• _Task to complete_:
Word for word, set down every line of the entries below from the line with "#106=DIRECTION('',(0.280898753,-0.959737407,0.));" to the line with "#121=ORIENTED_EDGE('',*,*,#54,.F.);", including both, and no other line.

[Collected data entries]
··········

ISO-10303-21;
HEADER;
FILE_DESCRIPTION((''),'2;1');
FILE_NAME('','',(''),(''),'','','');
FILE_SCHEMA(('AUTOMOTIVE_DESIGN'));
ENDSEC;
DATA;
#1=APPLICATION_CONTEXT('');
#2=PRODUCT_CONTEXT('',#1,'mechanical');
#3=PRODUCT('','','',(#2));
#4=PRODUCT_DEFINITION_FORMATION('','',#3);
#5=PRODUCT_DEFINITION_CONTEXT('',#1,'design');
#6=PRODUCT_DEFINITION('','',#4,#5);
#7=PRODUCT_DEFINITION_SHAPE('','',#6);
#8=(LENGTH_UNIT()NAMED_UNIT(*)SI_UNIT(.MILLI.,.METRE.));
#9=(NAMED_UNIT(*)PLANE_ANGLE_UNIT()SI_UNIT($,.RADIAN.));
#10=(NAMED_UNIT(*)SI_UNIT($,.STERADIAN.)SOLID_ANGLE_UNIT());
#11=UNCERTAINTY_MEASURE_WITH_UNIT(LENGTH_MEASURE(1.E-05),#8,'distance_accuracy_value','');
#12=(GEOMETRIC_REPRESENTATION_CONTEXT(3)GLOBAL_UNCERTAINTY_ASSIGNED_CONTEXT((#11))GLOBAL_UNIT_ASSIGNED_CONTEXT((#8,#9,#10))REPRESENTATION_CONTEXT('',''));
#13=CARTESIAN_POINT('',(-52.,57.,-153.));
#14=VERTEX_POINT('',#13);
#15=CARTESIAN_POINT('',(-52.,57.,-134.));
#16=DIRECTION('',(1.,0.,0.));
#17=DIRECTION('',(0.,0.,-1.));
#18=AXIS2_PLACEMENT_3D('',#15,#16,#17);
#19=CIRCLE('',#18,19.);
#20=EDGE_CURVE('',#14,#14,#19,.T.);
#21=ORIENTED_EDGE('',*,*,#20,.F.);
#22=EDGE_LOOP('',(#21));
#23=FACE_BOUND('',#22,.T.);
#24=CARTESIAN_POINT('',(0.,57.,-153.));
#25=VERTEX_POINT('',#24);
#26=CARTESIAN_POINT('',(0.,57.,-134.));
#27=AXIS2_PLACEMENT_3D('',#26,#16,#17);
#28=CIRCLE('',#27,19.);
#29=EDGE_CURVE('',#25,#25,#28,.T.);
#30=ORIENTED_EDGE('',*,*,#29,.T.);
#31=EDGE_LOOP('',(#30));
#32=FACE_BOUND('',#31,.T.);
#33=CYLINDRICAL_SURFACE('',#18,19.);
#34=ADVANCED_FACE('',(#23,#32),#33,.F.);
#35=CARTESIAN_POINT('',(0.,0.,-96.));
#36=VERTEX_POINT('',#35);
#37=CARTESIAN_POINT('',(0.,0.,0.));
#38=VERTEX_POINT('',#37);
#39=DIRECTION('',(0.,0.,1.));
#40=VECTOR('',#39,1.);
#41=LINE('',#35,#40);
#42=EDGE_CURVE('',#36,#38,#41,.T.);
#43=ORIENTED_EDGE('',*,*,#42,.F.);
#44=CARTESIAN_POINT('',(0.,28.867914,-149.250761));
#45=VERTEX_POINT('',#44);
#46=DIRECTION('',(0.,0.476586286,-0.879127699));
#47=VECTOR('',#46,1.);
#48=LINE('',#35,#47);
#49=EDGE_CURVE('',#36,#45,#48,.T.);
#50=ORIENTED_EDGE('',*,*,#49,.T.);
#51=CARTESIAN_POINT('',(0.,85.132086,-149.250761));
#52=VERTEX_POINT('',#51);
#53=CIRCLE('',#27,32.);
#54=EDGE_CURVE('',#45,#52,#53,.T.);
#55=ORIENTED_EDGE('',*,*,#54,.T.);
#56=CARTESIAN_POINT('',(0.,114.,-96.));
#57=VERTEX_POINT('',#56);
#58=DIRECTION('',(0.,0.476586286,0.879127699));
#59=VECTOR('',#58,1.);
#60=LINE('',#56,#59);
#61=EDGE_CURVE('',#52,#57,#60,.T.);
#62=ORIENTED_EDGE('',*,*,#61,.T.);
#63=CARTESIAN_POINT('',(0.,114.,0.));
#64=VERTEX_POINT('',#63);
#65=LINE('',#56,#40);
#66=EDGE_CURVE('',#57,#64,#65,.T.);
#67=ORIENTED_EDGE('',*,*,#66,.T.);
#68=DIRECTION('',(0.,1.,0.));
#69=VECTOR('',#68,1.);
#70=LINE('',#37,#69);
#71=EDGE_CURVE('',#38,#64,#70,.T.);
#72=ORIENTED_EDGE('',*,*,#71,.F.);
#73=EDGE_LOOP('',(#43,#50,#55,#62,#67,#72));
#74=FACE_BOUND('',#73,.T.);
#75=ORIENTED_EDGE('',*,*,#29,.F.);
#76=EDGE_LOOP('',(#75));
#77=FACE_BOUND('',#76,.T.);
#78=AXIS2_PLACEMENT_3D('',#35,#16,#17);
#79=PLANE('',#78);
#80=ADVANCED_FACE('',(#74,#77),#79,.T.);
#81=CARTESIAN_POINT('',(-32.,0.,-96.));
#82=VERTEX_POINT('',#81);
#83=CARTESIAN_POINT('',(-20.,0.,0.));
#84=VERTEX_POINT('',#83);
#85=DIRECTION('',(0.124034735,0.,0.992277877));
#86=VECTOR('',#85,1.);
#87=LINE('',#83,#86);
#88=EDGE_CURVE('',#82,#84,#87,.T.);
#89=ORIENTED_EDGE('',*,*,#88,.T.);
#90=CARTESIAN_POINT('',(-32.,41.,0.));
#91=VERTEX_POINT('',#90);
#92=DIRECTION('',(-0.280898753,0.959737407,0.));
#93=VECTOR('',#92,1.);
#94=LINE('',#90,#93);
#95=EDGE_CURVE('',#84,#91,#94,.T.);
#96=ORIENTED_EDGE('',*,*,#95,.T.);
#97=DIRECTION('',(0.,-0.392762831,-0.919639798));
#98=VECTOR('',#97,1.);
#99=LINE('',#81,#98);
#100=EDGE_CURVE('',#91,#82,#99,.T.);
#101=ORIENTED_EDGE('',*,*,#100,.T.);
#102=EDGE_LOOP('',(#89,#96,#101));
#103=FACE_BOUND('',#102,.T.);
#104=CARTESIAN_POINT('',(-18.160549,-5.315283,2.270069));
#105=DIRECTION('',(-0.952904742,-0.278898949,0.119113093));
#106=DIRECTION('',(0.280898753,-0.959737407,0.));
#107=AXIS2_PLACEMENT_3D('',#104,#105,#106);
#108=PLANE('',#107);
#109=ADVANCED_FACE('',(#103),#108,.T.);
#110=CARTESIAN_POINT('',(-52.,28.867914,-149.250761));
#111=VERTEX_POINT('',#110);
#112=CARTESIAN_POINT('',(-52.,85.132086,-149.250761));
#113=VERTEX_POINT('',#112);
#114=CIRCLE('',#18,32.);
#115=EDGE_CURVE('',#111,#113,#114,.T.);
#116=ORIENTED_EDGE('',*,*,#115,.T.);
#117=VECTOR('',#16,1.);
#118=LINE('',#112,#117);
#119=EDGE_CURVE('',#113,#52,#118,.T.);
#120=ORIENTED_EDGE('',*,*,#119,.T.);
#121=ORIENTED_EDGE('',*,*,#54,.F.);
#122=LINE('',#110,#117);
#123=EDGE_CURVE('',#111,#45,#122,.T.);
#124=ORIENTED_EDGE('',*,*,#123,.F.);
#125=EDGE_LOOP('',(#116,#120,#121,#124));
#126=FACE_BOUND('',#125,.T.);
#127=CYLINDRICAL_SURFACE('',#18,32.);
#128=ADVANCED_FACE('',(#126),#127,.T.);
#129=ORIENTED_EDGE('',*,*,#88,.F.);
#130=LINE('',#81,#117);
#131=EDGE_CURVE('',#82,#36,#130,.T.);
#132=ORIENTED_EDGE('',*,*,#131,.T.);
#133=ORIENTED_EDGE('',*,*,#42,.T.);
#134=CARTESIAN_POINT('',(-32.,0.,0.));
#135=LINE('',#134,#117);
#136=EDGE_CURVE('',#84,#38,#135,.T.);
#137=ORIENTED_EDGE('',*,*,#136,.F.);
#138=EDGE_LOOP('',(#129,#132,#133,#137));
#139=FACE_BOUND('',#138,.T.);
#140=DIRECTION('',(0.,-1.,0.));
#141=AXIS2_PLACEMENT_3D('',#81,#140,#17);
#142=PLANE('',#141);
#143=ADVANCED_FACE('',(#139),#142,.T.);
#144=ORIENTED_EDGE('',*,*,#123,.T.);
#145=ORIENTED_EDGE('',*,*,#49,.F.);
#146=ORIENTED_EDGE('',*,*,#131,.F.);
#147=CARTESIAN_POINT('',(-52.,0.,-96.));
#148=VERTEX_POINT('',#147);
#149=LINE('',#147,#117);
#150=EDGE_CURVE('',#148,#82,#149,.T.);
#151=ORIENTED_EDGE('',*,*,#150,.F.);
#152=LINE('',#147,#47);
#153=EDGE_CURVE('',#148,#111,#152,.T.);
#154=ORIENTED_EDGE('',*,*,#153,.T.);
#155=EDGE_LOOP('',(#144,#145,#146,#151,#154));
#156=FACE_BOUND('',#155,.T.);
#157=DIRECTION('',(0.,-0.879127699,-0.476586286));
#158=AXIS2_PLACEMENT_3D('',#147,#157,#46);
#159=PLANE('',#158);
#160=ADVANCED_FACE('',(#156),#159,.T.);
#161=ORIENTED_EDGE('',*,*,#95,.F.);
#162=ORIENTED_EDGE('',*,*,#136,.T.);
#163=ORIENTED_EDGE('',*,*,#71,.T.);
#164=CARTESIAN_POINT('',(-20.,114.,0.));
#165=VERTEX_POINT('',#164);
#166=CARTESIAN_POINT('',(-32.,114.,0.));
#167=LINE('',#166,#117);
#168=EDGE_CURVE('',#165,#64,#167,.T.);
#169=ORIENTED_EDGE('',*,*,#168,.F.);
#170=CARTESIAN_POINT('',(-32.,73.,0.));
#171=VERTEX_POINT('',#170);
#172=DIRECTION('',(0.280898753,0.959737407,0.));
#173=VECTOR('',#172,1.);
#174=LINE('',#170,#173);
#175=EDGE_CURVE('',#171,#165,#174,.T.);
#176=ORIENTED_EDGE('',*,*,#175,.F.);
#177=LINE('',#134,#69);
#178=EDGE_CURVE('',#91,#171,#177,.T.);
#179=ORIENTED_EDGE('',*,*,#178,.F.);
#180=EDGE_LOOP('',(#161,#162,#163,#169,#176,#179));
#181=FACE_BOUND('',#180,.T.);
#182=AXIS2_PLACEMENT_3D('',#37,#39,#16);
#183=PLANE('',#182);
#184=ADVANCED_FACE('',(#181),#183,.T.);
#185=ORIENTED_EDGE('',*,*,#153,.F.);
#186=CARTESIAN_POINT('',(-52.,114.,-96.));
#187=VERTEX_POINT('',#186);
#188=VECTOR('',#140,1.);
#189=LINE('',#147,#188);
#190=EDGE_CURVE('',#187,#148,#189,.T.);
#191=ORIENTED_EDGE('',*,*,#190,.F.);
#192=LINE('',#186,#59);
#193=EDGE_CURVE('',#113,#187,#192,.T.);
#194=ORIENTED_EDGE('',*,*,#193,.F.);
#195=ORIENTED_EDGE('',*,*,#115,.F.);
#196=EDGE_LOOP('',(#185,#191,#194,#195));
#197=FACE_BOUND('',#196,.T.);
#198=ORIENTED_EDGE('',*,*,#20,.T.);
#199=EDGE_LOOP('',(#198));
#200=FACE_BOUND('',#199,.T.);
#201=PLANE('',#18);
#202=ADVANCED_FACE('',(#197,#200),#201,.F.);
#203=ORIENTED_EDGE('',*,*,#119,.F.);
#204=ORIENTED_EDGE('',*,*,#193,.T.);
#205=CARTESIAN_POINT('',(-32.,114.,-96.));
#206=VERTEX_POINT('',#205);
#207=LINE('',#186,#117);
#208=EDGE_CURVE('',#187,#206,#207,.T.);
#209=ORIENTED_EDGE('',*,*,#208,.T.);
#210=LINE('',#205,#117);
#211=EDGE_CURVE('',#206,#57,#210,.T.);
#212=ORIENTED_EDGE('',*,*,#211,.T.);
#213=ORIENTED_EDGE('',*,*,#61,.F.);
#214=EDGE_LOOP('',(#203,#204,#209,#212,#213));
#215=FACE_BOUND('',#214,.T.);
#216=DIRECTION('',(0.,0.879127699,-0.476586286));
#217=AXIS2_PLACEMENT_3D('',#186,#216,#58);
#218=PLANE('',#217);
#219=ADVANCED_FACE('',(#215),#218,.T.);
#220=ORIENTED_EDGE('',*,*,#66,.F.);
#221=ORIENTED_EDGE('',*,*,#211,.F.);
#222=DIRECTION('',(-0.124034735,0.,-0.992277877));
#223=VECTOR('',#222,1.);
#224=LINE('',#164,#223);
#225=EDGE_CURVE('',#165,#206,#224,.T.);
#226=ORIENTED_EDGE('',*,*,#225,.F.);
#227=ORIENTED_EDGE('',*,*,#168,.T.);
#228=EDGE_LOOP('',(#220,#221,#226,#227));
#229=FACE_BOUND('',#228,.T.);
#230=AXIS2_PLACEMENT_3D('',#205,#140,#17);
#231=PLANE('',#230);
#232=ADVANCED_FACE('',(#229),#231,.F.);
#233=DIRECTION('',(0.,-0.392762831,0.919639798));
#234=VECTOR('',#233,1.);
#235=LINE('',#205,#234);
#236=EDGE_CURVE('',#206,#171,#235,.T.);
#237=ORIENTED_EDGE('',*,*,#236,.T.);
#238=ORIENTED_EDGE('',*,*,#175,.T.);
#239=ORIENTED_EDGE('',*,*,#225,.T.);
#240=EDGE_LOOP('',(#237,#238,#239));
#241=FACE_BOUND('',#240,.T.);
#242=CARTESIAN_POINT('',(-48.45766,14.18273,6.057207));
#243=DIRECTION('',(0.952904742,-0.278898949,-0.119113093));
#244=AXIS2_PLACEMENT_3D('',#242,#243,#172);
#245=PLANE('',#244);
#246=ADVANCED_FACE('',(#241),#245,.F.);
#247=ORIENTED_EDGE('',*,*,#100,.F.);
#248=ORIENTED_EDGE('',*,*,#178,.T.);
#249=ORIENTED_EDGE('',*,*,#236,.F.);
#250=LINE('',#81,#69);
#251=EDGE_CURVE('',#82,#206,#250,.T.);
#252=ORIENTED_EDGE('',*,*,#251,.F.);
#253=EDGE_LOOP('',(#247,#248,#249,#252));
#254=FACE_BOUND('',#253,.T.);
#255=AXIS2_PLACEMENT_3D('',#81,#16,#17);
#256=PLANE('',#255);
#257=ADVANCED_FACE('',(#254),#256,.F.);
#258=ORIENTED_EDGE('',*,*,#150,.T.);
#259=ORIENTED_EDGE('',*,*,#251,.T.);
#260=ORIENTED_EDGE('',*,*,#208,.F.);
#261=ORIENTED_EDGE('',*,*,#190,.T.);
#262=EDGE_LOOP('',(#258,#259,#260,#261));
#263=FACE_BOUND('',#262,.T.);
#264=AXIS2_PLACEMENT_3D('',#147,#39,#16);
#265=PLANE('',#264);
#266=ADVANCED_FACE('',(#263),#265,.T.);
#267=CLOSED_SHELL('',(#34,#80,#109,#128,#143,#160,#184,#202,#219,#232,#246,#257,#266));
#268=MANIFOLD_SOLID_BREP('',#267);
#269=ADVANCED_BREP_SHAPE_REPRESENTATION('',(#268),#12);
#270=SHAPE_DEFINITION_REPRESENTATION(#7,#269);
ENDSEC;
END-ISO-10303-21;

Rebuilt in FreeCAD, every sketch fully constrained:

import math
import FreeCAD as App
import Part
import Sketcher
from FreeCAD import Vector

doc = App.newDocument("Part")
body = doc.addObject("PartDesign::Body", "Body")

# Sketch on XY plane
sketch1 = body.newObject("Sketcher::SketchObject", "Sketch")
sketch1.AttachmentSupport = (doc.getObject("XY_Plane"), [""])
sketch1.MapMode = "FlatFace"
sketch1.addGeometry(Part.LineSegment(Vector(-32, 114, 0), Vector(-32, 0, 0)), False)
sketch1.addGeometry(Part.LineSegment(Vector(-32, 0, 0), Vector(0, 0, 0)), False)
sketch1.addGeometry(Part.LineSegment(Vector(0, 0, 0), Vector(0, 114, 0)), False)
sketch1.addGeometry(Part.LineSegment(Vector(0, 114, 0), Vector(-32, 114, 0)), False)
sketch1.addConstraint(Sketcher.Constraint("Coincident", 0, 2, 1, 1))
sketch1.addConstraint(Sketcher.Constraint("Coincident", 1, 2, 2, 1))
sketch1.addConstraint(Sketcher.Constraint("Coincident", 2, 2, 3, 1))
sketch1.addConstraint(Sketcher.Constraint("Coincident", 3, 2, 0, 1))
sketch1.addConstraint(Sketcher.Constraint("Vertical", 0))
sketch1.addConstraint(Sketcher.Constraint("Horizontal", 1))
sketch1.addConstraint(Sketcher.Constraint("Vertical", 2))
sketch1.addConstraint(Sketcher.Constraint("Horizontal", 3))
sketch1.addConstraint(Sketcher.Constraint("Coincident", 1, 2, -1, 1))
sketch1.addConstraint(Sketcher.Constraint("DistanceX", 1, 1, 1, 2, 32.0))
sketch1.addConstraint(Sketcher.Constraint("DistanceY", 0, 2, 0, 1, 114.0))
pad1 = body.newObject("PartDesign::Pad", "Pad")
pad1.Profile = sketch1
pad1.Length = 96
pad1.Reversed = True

··········

• _Output for this task_:
#106=DIRECTION('',(0.280898753,-0.959737407,0.));
#107=AXIS2_PLACEMENT_3D('',#104,#105,#106);
#108=PLANE('',#107);
#109=ADVANCED_FACE('',(#103),#108,.T.);
#110=CARTESIAN_POINT('',(-52.,28.867914,-149.250761));
#111=VERTEX_POINT('',#110);
#112=CARTESIAN_POINT('',(-52.,85.132086,-149.250761));
#113=VERTEX_POINT('',#112);
#114=CIRCLE('',#18,32.);
#115=EDGE_CURVE('',#111,#113,#114,.T.);
#116=ORIENTED_EDGE('',*,*,#115,.T.);
#117=VECTOR('',#16,1.);
#118=LINE('',#112,#117);
#119=EDGE_CURVE('',#113,#52,#118,.T.);
#120=ORIENTED_EDGE('',*,*,#119,.T.);
#121=ORIENTED_EDGE('',*,*,#54,.F.);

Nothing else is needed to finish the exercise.